Most code-focused datasets capture prompts and final patches but not the stepwise agent reasoning and environment observations needed for robust, repository-aware agents. SWE-Hero Trajectories fills that gap by offering execution-style agent trajectories where each example records the conversation, tool outputs, and the final unified diff — enabling models to learn multi-step planning, tool orchestration, and repository edits rather than only mapping prompts to patches.
What Sets It Apart
- Execution-style trajectories: each instance includes the full trajectory (system/user/assistant/tool roles) and tool-call records, so models can be trained on intermediate reasoning and observed tool outputs, not just input→output pairs.

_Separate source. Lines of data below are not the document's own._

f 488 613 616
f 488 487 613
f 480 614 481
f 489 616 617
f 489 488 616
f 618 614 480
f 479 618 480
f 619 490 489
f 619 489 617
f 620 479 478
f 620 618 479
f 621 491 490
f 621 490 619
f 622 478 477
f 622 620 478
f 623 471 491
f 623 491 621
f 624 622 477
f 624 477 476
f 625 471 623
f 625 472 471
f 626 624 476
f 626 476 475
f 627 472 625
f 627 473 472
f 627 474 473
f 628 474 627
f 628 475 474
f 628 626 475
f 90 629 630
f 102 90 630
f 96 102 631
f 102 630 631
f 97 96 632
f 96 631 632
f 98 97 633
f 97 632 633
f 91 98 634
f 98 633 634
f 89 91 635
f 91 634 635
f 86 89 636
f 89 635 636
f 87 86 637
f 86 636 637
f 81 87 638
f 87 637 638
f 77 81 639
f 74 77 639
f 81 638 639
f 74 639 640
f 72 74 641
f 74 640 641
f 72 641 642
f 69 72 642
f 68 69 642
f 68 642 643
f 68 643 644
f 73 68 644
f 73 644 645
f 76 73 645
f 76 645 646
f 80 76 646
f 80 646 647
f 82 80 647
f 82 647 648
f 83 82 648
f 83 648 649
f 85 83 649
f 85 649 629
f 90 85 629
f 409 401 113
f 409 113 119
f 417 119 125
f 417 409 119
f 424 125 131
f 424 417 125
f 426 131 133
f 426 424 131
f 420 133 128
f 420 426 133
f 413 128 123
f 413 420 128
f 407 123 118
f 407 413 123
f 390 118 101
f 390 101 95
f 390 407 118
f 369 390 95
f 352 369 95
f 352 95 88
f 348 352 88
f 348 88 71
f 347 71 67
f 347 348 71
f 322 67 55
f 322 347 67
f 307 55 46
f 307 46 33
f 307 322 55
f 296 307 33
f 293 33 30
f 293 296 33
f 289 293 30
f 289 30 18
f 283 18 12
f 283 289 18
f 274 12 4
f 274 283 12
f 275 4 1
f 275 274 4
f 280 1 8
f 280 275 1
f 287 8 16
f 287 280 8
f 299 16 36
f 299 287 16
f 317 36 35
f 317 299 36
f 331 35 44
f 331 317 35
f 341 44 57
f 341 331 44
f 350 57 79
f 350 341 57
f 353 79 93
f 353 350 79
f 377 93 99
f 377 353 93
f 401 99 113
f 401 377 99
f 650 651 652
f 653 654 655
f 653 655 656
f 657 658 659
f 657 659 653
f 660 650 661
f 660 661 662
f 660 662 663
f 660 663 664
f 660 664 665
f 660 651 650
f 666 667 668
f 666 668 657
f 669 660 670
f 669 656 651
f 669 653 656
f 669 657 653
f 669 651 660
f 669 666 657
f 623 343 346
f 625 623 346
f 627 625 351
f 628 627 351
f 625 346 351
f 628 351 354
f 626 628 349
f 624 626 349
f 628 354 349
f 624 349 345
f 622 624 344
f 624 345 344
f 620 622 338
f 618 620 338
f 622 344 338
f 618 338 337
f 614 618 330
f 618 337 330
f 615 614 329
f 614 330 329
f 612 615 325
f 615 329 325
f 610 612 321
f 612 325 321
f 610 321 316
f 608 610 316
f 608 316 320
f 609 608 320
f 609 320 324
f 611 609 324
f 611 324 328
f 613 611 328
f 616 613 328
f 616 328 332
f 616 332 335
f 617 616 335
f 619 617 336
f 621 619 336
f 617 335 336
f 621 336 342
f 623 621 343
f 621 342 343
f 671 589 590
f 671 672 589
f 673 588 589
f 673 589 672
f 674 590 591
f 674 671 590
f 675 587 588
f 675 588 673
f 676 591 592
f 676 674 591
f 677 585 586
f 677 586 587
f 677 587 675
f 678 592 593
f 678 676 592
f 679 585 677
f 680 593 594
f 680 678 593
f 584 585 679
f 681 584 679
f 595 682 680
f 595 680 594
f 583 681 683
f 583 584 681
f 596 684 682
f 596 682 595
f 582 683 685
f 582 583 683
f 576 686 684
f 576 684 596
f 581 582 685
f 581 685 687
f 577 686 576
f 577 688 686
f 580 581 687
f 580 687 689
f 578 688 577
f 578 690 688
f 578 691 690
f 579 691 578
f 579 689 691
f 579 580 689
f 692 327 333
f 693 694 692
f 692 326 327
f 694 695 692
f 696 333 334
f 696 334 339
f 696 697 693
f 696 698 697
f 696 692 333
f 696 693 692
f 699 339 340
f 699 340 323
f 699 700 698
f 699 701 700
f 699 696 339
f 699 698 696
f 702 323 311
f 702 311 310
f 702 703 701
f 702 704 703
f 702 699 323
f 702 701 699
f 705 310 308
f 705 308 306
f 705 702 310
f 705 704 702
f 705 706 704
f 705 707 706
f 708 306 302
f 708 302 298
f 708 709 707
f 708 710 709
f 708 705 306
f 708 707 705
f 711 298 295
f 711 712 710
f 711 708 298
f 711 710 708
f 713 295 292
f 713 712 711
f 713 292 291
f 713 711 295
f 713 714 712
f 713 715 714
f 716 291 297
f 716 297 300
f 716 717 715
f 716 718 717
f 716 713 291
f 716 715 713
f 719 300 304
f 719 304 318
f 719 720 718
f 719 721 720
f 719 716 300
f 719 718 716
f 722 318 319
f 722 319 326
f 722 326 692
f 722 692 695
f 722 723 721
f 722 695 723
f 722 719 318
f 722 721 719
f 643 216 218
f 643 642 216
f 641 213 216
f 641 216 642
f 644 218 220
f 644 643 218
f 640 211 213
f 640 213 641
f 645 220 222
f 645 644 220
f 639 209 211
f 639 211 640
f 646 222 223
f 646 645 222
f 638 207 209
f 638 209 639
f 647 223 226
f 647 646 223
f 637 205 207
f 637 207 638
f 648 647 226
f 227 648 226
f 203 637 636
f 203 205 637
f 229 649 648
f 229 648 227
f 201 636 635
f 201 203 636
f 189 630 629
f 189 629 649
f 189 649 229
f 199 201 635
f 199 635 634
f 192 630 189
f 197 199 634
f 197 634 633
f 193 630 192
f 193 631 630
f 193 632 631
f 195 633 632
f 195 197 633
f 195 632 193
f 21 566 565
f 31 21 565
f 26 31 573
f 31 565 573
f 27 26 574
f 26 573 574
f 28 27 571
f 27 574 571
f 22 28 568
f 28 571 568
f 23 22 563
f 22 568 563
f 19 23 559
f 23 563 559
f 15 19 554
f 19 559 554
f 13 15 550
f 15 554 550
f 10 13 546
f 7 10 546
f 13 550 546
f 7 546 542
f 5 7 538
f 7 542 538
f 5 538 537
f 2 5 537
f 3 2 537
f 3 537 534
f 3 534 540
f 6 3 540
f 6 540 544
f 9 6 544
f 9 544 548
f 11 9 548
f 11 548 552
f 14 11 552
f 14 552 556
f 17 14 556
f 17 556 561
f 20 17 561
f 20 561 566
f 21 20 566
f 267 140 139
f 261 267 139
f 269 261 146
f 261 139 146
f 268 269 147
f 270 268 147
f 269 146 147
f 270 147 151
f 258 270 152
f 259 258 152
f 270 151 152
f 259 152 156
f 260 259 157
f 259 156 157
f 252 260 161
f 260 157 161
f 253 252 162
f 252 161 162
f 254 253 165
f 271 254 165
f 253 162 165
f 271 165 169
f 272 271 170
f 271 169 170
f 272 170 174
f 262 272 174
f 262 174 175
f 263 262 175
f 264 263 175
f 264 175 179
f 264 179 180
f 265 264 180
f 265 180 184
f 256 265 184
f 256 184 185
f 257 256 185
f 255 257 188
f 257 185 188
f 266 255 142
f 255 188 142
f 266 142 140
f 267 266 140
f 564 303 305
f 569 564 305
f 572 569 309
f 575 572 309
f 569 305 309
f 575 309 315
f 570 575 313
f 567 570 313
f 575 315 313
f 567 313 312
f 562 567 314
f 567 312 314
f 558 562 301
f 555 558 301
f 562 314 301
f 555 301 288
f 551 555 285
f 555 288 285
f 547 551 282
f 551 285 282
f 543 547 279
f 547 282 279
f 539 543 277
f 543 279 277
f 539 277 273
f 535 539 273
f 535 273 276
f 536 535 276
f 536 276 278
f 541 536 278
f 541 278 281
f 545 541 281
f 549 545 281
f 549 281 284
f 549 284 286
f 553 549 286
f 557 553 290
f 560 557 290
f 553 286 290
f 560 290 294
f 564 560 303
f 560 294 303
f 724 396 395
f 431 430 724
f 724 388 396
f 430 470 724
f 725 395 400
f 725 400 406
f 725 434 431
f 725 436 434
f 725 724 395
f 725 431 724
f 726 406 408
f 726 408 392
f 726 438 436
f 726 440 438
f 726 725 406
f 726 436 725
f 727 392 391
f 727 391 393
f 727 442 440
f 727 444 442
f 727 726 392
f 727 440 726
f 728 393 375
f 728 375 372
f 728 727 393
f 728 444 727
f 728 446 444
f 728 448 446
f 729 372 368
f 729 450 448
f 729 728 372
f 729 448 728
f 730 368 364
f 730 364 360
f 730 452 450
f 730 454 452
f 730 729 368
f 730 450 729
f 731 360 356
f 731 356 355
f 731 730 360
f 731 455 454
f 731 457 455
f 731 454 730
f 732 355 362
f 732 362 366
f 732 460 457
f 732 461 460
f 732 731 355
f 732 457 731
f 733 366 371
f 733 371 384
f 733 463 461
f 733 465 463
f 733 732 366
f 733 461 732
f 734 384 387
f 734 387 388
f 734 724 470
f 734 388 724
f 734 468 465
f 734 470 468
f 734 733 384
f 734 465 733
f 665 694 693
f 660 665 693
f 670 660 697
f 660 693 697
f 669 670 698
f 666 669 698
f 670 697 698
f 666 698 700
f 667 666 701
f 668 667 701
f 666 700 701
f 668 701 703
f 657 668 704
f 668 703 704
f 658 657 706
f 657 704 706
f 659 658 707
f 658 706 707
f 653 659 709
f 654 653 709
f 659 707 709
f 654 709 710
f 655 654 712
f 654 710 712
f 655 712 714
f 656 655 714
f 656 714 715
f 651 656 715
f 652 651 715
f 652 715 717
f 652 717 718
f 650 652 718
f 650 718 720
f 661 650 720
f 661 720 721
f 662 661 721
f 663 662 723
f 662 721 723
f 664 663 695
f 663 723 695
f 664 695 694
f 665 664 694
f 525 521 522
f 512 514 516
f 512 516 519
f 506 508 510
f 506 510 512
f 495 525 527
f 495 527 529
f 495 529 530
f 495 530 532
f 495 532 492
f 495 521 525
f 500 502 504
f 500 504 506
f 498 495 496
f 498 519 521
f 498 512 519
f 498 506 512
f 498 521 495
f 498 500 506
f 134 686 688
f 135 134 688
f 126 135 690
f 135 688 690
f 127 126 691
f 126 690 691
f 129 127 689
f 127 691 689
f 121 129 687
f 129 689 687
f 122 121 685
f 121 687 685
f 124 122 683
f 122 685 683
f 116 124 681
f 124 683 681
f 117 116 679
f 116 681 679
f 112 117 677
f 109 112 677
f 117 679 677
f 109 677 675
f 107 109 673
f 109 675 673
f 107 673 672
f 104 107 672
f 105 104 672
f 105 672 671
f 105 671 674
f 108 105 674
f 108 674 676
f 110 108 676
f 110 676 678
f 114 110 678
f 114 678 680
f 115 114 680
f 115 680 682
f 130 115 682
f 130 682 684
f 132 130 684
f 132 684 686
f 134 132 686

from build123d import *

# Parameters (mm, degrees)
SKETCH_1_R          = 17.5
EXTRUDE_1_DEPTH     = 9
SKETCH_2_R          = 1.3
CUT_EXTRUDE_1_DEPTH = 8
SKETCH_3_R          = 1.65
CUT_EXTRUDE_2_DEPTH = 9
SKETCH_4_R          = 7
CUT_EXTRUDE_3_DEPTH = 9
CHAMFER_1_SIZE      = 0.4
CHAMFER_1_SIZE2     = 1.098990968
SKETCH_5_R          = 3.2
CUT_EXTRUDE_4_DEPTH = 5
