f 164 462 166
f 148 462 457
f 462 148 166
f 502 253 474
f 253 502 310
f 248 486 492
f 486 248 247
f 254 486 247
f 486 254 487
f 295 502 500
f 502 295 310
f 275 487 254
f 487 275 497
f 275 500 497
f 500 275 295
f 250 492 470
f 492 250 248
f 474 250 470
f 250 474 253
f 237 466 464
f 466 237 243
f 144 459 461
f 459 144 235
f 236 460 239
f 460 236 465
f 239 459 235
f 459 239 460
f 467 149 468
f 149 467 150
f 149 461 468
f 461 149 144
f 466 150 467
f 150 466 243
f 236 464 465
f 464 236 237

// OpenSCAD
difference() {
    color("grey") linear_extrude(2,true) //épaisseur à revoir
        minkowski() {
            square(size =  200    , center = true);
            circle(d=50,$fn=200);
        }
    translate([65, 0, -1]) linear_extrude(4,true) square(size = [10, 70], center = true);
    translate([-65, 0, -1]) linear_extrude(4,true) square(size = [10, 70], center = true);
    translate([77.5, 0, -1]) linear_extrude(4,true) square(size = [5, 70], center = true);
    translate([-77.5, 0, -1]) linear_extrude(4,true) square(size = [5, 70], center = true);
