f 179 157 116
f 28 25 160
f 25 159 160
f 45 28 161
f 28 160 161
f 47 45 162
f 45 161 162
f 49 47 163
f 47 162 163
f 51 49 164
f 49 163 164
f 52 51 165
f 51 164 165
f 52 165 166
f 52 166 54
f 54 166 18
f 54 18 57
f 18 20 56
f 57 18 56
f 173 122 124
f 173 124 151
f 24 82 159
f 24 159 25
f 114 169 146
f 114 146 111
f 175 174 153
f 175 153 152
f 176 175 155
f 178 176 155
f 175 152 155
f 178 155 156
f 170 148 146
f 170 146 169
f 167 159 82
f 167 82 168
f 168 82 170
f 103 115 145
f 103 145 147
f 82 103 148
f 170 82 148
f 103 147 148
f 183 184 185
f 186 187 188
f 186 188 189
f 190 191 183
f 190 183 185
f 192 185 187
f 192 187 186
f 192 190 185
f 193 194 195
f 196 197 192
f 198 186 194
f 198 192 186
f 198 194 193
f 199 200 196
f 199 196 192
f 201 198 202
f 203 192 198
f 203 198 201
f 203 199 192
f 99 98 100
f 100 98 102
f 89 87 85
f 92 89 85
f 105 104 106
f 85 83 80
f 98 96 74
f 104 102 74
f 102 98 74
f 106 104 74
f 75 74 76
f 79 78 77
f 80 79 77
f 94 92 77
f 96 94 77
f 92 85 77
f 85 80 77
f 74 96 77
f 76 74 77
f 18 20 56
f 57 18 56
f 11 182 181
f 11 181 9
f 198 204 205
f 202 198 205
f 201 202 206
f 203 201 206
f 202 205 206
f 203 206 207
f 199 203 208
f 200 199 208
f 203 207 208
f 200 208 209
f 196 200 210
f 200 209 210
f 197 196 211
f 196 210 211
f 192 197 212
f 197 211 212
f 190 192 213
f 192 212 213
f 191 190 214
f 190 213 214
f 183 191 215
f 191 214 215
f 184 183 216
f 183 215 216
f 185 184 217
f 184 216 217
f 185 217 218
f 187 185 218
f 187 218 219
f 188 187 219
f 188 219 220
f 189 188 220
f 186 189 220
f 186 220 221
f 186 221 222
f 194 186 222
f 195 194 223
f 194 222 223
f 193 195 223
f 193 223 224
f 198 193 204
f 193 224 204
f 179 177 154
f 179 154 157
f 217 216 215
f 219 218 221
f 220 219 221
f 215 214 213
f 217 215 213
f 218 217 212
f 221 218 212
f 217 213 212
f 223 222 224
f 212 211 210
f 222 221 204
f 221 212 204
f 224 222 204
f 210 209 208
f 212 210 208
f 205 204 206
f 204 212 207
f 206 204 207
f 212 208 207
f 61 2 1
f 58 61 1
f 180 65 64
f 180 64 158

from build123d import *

- Patch-level supervision: final edits are provided as unified diffs, enabling direct supervised fine-tuning for accurate code changes and regression-aware edits.
- Scale and provenance: ~34k trajectories derived from 11,766 curated issue statements sourced from existing SWE datasets and synthesized using Qwen3-Coder-480B, intended to match SWE-Bench–style tasks.
- Permissive reuse: released with CC BY 4.0 and permissively licensed source materials (MIT/Apache/BSD variants), allowing commercial and research use with attribution.
Who It's For and Trade-offs
Great fit if you are building or fine-tuning LLMs/agents for repository-aware software engineering tasks, multi-step tool use (e.g., test-run/edit cycles), or want supervised signals for code-edit policies and agent debugging. It is particularly useful for teams that need model behavior traceability (intermediate actions + final diffs).
Look elsewhere if you require purely human-written execution traces or live execution logs from actual CI/test runs: SWE-Hero trajectories are largely synthesized (model-generated) and may carry biases from the generator (Qwen3-Coder). Also, if you need very large-scale raw code corpora for pretraining rather than supervised agent trajectories, general code datasets are a better fit.
Where It Fits
Positioned between single-step code-edit datasets and full empirical execution logs, SWE-Hero is tailored for supervised fine-tuning and distillation of agent policies. Use it to teach LLMs how to plan, call tools, interpret tool outputs, and produce safe patches; combine with real-world test suites or human-in-the-loop validation to mitigate synthetic-generation artifacts.